Мне цікава, чаму ёсць дазвол прыехаць да цяжка хворых і памерлых людзей, а да жывых прыехаць не можна. 

Я атрымала адказ з пасольства. Усё фармальна. Маўляў, Вы ж там не памерлі і не цяжка хворыя. Таму вашы бацькі і сын не могуць прыехаць.

Я раззлавалася! І ўжо ў момант вырашыла, што мы паедзем. Нібы пачала збірацца, лічыць грошы.

Пытаюся ў дачкі: 

— Можа паедзем самі?

— Не, гэта небяспечна, мама.

— А што можа здарыцца?

— Дык усё можа здарыцца.

Так, канешне. Усё можа здарыцца. І арыштаваць на мяжы могуць.

Пошту ўжо не прымаюць у Беларусь. Паеду ў пятніцу ў Талін, буду прасіць, каб узялі перадачу для сына. 

***

— А ў Рыгу паедзем? Як планавалі? Ты хочаш?

— Можа… Можа, як стане цяплей.

— Добра. Як стане цяплей. 

А можа яшчэ там прымаюць пошту ў Беларусь? Было б добра.

***

I.:

Дети в школе играют в [РКН] с игрушечными пистолетами, которые сами «слепили» на 23 февраля:

— Чур я за Украину буду!

— А я за наших.

Поделились примерно поровну.

Разговор с мальчиком восьми лет:

— Здравствуйте!

— Здравствуй, Саша!

— А я вот тут флаг России нарисовал.

Ведёт меня в рекреационную зону, где расположена стена для рисования мелом:

— Только я красного мелка не нашел. Я вместо него оранжевый использовал.
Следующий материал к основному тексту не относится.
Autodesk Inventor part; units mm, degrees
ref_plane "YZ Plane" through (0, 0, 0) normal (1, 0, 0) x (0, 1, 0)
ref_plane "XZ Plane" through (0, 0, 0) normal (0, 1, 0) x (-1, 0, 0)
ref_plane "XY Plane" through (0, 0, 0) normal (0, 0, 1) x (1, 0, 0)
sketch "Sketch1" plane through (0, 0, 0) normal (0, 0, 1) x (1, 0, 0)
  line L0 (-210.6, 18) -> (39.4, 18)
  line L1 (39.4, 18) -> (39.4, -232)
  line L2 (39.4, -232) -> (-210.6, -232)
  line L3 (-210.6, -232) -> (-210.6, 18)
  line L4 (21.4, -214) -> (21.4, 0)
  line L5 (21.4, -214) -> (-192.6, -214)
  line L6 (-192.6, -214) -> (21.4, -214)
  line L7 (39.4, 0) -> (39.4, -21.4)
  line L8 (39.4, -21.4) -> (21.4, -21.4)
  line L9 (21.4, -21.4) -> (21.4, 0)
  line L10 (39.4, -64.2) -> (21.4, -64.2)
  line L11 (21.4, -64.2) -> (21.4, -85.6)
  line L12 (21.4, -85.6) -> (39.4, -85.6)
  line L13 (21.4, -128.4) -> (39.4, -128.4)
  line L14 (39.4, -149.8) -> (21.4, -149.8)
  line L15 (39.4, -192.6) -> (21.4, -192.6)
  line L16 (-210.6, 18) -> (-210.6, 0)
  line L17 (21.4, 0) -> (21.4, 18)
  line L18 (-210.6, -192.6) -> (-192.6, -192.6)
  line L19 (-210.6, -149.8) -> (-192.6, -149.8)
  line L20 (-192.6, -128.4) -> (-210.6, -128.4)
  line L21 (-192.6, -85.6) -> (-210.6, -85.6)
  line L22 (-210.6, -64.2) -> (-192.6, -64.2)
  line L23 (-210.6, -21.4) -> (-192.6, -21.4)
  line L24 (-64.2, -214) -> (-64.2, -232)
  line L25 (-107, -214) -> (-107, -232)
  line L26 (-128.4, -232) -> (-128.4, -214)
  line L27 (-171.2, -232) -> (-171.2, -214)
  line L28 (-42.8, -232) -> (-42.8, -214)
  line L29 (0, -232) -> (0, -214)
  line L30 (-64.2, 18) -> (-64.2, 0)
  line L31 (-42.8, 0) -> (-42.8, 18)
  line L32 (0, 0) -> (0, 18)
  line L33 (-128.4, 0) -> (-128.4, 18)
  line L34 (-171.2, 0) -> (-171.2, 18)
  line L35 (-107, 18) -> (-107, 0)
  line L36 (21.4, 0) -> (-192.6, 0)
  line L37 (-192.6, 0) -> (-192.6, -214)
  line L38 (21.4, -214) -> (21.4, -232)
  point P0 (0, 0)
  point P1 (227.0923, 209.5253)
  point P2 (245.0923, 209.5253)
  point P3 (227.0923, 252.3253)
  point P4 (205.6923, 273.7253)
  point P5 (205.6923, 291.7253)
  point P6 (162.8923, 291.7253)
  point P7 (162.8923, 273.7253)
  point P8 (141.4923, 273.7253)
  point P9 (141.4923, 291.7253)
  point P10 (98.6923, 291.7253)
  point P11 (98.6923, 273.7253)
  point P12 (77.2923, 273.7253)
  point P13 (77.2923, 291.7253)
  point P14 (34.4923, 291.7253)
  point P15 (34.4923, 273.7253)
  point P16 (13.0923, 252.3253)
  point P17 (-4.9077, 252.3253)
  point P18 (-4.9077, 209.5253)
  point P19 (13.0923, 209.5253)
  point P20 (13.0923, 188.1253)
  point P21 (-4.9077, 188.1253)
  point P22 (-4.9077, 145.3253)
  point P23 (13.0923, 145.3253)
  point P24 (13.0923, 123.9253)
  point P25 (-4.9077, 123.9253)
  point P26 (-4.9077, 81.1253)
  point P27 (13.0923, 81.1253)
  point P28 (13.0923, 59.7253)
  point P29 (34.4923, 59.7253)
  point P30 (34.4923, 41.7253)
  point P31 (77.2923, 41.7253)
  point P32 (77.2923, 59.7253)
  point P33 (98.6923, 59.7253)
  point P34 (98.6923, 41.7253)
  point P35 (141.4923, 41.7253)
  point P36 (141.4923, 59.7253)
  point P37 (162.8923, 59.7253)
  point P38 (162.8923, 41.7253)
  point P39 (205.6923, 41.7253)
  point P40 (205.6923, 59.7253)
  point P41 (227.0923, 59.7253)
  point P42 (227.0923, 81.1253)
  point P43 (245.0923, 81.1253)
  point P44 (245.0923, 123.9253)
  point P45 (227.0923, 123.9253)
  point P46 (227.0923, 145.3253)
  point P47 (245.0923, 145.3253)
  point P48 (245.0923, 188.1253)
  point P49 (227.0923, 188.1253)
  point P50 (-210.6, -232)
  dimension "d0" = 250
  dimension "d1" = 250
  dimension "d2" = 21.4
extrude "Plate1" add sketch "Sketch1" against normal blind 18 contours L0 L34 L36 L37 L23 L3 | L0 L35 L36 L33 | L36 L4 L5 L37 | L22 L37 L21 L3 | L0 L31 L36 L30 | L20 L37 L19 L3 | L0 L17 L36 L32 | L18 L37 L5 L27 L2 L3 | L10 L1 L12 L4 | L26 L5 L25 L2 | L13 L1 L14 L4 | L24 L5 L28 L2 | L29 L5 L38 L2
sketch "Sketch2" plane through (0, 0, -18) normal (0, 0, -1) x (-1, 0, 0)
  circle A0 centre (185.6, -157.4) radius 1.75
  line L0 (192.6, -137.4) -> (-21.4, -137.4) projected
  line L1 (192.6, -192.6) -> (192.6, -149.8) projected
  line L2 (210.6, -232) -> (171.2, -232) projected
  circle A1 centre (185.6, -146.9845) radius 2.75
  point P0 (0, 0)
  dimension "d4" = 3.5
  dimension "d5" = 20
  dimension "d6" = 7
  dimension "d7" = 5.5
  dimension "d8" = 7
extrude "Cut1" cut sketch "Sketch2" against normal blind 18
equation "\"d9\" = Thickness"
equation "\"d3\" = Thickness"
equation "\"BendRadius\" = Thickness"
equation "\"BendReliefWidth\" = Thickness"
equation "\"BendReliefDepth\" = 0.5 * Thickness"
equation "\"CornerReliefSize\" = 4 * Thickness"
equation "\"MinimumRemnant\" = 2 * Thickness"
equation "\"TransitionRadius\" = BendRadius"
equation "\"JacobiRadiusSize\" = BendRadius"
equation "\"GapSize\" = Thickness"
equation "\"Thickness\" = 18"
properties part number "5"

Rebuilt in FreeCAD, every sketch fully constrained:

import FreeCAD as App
import Part
import Sketcher
from FreeCAD import Vector


def add_polygon(sketch, points):
    """Adds a closed chain of lines whose ends are joined by coincident constraints."""
    first, n = sketch.GeometryCount, len(points)
    for a, b in zip(points, points[1:] + points[:1]):
        sketch.addGeometry(Part.LineSegment(App.Vector(*a, 0), App.Vector(*b, 0)), False)
    for i in range(n):
        sketch.addConstraint(Sketcher.Constraint("Coincident", first + i, 2, first + (i + 1) % n, 1))

doc = App.newDocument("Part")
body = doc.addObject("PartDesign::Body", "Body")

# Sketch on XY plane
sketch1 = body.newObject("Sketcher::SketchObject", "Sketch")
sketch1.AttachmentSupport = (doc.getObject("XY_Plane"), [""])
sketch1.MapMode = "FlatFace"
add_polygon(sketch1, [(-171, 18), (-211, 18), (-211, -21), (-193, -21), (-193, -64), (-211, -64), (-211, -86), (-193, -86), (-193, -128), (-211, -128), (-211, -150), (-193, -150), (-193, -193), (-211, -193), (-211, -232), (-171, -232), (-171, -214), (-128, -214), (-128, -232), (-107, -232), (-107, -214), (-64, -214), (-64, -232), (-43, -232), (-43, -214), (0, -214), (0, -232), (21, -232), (21, -150), (39, -150), (39, -128), (21, -128), (21, -86), (39, -86), (39, -64), (21, -64), (21, 18), (0, 18), (0, 0), (-43, 0), (-43, 18), (-64, 18), (-64, 0), (-107, 0), (-107, 18), (-128, 18), (-128, 0), (-171, 0)])  # lines 0-47
sketch1.addConstraint([
    Sketcher.Constraint("Horizontal", 0),
    Sketcher.Constraint("Vertical", 1),
    Sketcher.Constraint("Horizontal", 2),
    Sketcher.Constraint("Vertical", 3),
    Sketcher.Constraint("Horizontal", 4),
    Sketcher.Constraint("Vertical", 5),
    Sketcher.Constraint("Horizontal", 6),
    Sketcher.Constraint("Vertical", 7),
    Sketcher.Constraint("Horizontal", 8),
    Sketcher.Constraint("Vertical", 9),
    Sketcher.Constraint("Horizontal", 10),
    Sketcher.Constraint("Vertical", 11),
    Sketcher.Constraint("Horizontal", 12),
    Sketcher.Constraint("Vertical", 13),
    Sketcher.Constraint("Horizontal", 14),
    Sketcher.Constraint("Vertical", 15),
    Sketcher.Constraint("Horizontal", 16),
    Sketcher.Constraint("Vertical", 17),
    Sketcher.Constraint("Horizontal", 18),
    Sketcher.Constraint("Vertical", 19),
    Sketcher.Constraint("Horizontal", 20),
    Sketcher.Constraint("Vertical", 21),
    Sketcher.Constraint("Horizontal", 22),
    Sketcher.Constraint("Vertical", 23),
    Sketcher.Constraint("Horizontal", 24),
    Sketcher.Constraint("Vertical", 25),
    Sketcher.Constraint("Horizontal", 26),
    Sketcher.Constraint("Vertical", 27),
    Sketcher.Constraint("Horizontal", 28),
    Sketcher.Constraint("Vertical", 29),
    Sketcher.Constraint("Horizontal", 30),
    Sketcher.Constraint("Vertical", 31),
    Sketcher.Constraint("Horizontal", 32),
    Sketcher.Constraint("Vertical", 33),
    Sketcher.Constraint("Horizontal", 34),
    Sketcher.Constraint("Vertical", 35),
    Sketcher.Constraint("Horizontal", 36),
    Sketcher.Constraint("Vertical", 37),
    Sketcher.Constraint("Horizontal", 38),
    Sketcher.Constraint("Vertical", 39),
    Sketcher.Constraint("Horizontal", 40),
    Sketcher.Constraint("Vertical", 41),
    Sketcher.Constraint("Horizontal", 42),
    Sketcher.Constraint("Vertical", 43),
    Sketcher.Constraint("Horizontal", 44),
    Sketcher.Constraint("Vertical", 45),
    Sketcher.Constraint("Horizontal", 46),
    Sketcher.Constraint("Vertical", 47),
    Sketcher.Constraint("Coincident", 37, 2, -1, 1),
    Sketcher.Constraint("PointOnObject", 24, 2, -2),
    Sketcher.Constraint("PointOnObject", 41, 2, -1),
    Sketcher.Constraint("PointOnObject", 45, 2, -1),
    Sketcher.Constraint("Horizontal", 14, 2, 17, 2),
    Sketcher.Constraint("Horizontal", 16, 2, 19, 2),
    Sketcher.Constraint("Horizontal", 18, 2, 21, 2),
    Sketcher.Constraint("Horizontal", 20, 2, 23, 2),
    Sketcher.Constraint("Horizontal", 22, 2, 25, 2),
    Sketcher.Constraint("Horizontal", 10, 2, 27, 2),
    Sketcher.Constraint("Horizontal", 8, 2, 29, 2),
    Sketcher.Constraint("Horizontal", 6, 2, 31, 2),
    Sketcher.Constraint("Horizontal", 4, 2, 33, 2),
    Sketcher.Constraint("Horizontal", 0, 2, 35, 2),
    Sketcher.Constraint("Horizontal", 36, 2, 39, 2),
    Sketcher.Constraint("Horizontal", 40, 2, 43, 2),
    Sketcher.Constraint("Vertical", 1, 2, 4, 2),
    Sketcher.Constraint("Vertical", 3, 2, 6, 2),
    Sketcher.Constraint("Vertical", 5, 2, 8, 2),
    Sketcher.Constraint("Vertical", 7, 2, 10, 2),
    Sketcher.Constraint("Vertical", 9, 2, 12, 2),
    Sketcher.Constraint("Vertical", 27, 2, 30, 2),
    Sketcher.Constraint("Vertical", 29, 2, 32, 2),
    Sketcher.Constraint("Vertical", 31, 2, 34, 2),
    Sketcher.Constraint("Vertical", 23, 2, 38, 2),
    Sketcher.Constraint("Vertical", 21, 2, 40, 2),
    Sketcher.Constraint("Vertical", 19, 2, 42, 2),
    Sketcher.Constraint("Vertical", 17, 2, 44, 2),
    Sketcher.Constraint("Vertical", 15, 2, 46, 2),
    Sketcher.Constraint("Equal", 16, 20),
    Sketcher.Constraint("Equal", 18, 22),
    Sketcher.Constraint("Equal", 20, 24),
    Sketcher.Constraint("Equal", 22, 26),
    Sketcher.Constraint("Equal", 12, 28),
    Sketcher.Constraint("Equal", 14, 1),
    Sketcher.Constraint("Equal", 46, 3),
    Sketcher.Constraint("Equal", 44, 5),
    Sketcher.Constraint("Equal", 3, 7),
    Sketcher.Constraint("Equal", 5, 9),
    Sketcher.Constraint("Equal", 7, 11),
    Sketcher.Constraint("Equal", 1, 13),
    Sketcher.Constraint("Equal", 34, 15),
    Sketcher.Constraint("Equal", 25, 37),
    Sketcher.Constraint("DistanceX", 18, 1, 18, 2, 21.4),
    Sketcher.Constraint("DistanceY", 1, 2, -1, 1, 21.4),
    Sketcher.Constraint("DistanceX", 2, 1, 2, 2, 18.0),
    Sketcher.Constraint("DistanceX", 16, 1, 16, 2, 42.8),
])
pad1 = body.newObject("PartDesign::Pad", "Pad")
pad1.Profile = sketch1
pad1.Length = 18
pad1.Reversed = True

# Sketch on XY plane
sketch2 = body.newObject("Sketcher::SketchObject", "Sketch001")
sketch2.AttachmentSupport = (doc.getObject("XY_Plane"), [""])
sketch2.MapMode = "FlatFace"
sketch2.AttachmentOffset = App.Placement(Vector(0, 0, -18), App.Rotation())
sketch2.addGeometry([
    Part.Circle(Vector(-185.6, -157.4, 0), Vector(0, 0, 1), 1.8),
    Part.Circle(Vector(-185.6, -147, 0), Vector(0, 0, 1), 2.8),
], False)
sketch2.addConstraint([
    Sketcher.Constraint("Vertical", 0, 3, 1, 3),
    Sketcher.Constraint("Diameter", 0, 3.5),
    Sketcher.Constraint("Diameter", 1, 5.5),
    Sketcher.Constraint("DistanceX", 0, 3, -1, 1, 185.6),
    Sketcher.Constraint("DistanceY", 0, 3, -1, 1, 157.4),
    Sketcher.Constraint("DistanceY", 1, 3, -1, 1, 146.9845),
])
pocket1 = body.newObject("PartDesign::Pocket", "Pocket")
pocket1.Profile = sketch2
pocket1.Length = 18
pocket1.Reversed = True

doc.recompute()
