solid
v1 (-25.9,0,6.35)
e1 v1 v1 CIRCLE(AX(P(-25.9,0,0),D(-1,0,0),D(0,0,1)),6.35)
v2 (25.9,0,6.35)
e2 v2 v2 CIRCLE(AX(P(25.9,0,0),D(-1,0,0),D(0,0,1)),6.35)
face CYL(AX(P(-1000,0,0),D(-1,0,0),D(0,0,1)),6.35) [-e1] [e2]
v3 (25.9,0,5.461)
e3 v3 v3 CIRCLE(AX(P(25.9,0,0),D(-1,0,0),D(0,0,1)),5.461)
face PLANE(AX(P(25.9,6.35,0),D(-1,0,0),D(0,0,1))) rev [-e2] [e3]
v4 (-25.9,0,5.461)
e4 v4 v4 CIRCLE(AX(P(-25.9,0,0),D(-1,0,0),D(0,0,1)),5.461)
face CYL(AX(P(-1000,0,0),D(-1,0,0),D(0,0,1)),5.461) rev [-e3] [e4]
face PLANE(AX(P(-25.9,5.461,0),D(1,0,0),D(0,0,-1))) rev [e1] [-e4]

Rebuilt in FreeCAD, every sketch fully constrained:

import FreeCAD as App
import Part
import Sketcher

V = App.Vector


def add_polygon(sketch, points):
    """Adds a closed chain of lines whose ends are joined by coincident constraints."""
    first, n = sketch.GeometryCount, len(points)
    for a, b in zip(points, points[1:] + points[:1]):
        sketch.addGeometry(Part.LineSegment(App.Vector(*a, 0), App.Vector(*b, 0)), False)
    for i in range(n):
        sketch.addConstraint(Sketcher.Constraint("Coincident", first + i, 2, first + (i + 1) % n, 1))

doc = App.newDocument("Part")
body = doc.addObject("PartDesign::Body", "Body")

sketch1 = body.newObject("Sketcher::SketchObject", "Sketch")
sketch1.AttachmentSupport = (doc.getObject("XY_Plane"), [""])
sketch1.MapMode = "FlatFace"
add_polygon(sketch1, [(-25.9, 6.3), (-25.9, 5.5), (25.9, 5.5), (25.9, 6.3)])
sketch1.addConstraint([
    Sketcher.Constraint("Vertical", 0),
    Sketcher.Constraint("Horizontal", 1),
    Sketcher.Constraint("Vertical", 2),
    Sketcher.Constraint("Horizontal", 3),
    Sketcher.Constraint("DistanceX", 1, 1, 1, 2, 51.8),
    Sketcher.Constraint("DistanceX", 0, 2, -1, 1, 25.9),
    Sketcher.Constraint("DistanceY", 0, 2, 0, 1, 0.889),
    Sketcher.Constraint("DistanceY", -1, 1, 2, 2, 6.35),
])
revolution = body.newObject("PartDesign::Revolution", "Revolution")
revolution.Profile = sketch1
revolution.ReferenceAxis = (sketch1, ["H_Axis"])
revolution.Angle = 360

doc.recompute()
Долго стою и смотрю на флаг во всю стену — бело-сине-практически желтый.

Шок. Занавес.

***

A.:

Новые начала

Лет пять назад на одной из вечеринок в студенческом общежитии друзья в полушутку предложили поднять с ними бокал за то, чтобы революции не было. И хоть это было беззлобной шуткой, бокал я опустил. 

За победу революции! 

Только за победу революции ты можешь пить, пока ты молод и беден. Революция обязательно случается в обществе, пока оно живо. Это такой же закономерный процесс, как кризисы в экономике. От нее нельзя убежать, накопленная ярость все равно прорвется. Если ты не делаешь свою революцию — ты так или иначе поучаствуешь в чужой.

Революции и войны питаются одной энергией и поначалу приносят похожие плоды: неопределенность, потерянность, муки выбора, экономический упадок. Но революция хотя бы носит в себе зерно нового. 

Я не участвую в [РКН]. Но я могу и буду участвовать в революции. Пять лет назад я выработал для себя концепцию революции 24/7. Революция, политическая ли, культурная, научная, случается тогда, когда привычка, рутина взрывается многочисленными и радикально новыми занятиями. Поиск нового плана и новых начал — единственное, что сейчас возвращает меня к жизни.

Ярость даст мне сил. Это время — первый раз в моей сознательной жизни, когда я уже вырос и готов держать удар. И я принимаю бой.

P.S. Чтобы быть до конца честным, то чувство ярости меня собирает из состояния бессильной размазанности и поглощения новостей целыми эшелонами. Моя борьба пока проходит на диване и в моей голове, и пока что это тело ничего достойного не сделало. Но в проблесках мелькает это, да: ярость, безумные идеи и жажда хоть какого дела. Пойду посплю хоть полтора часа перед работой.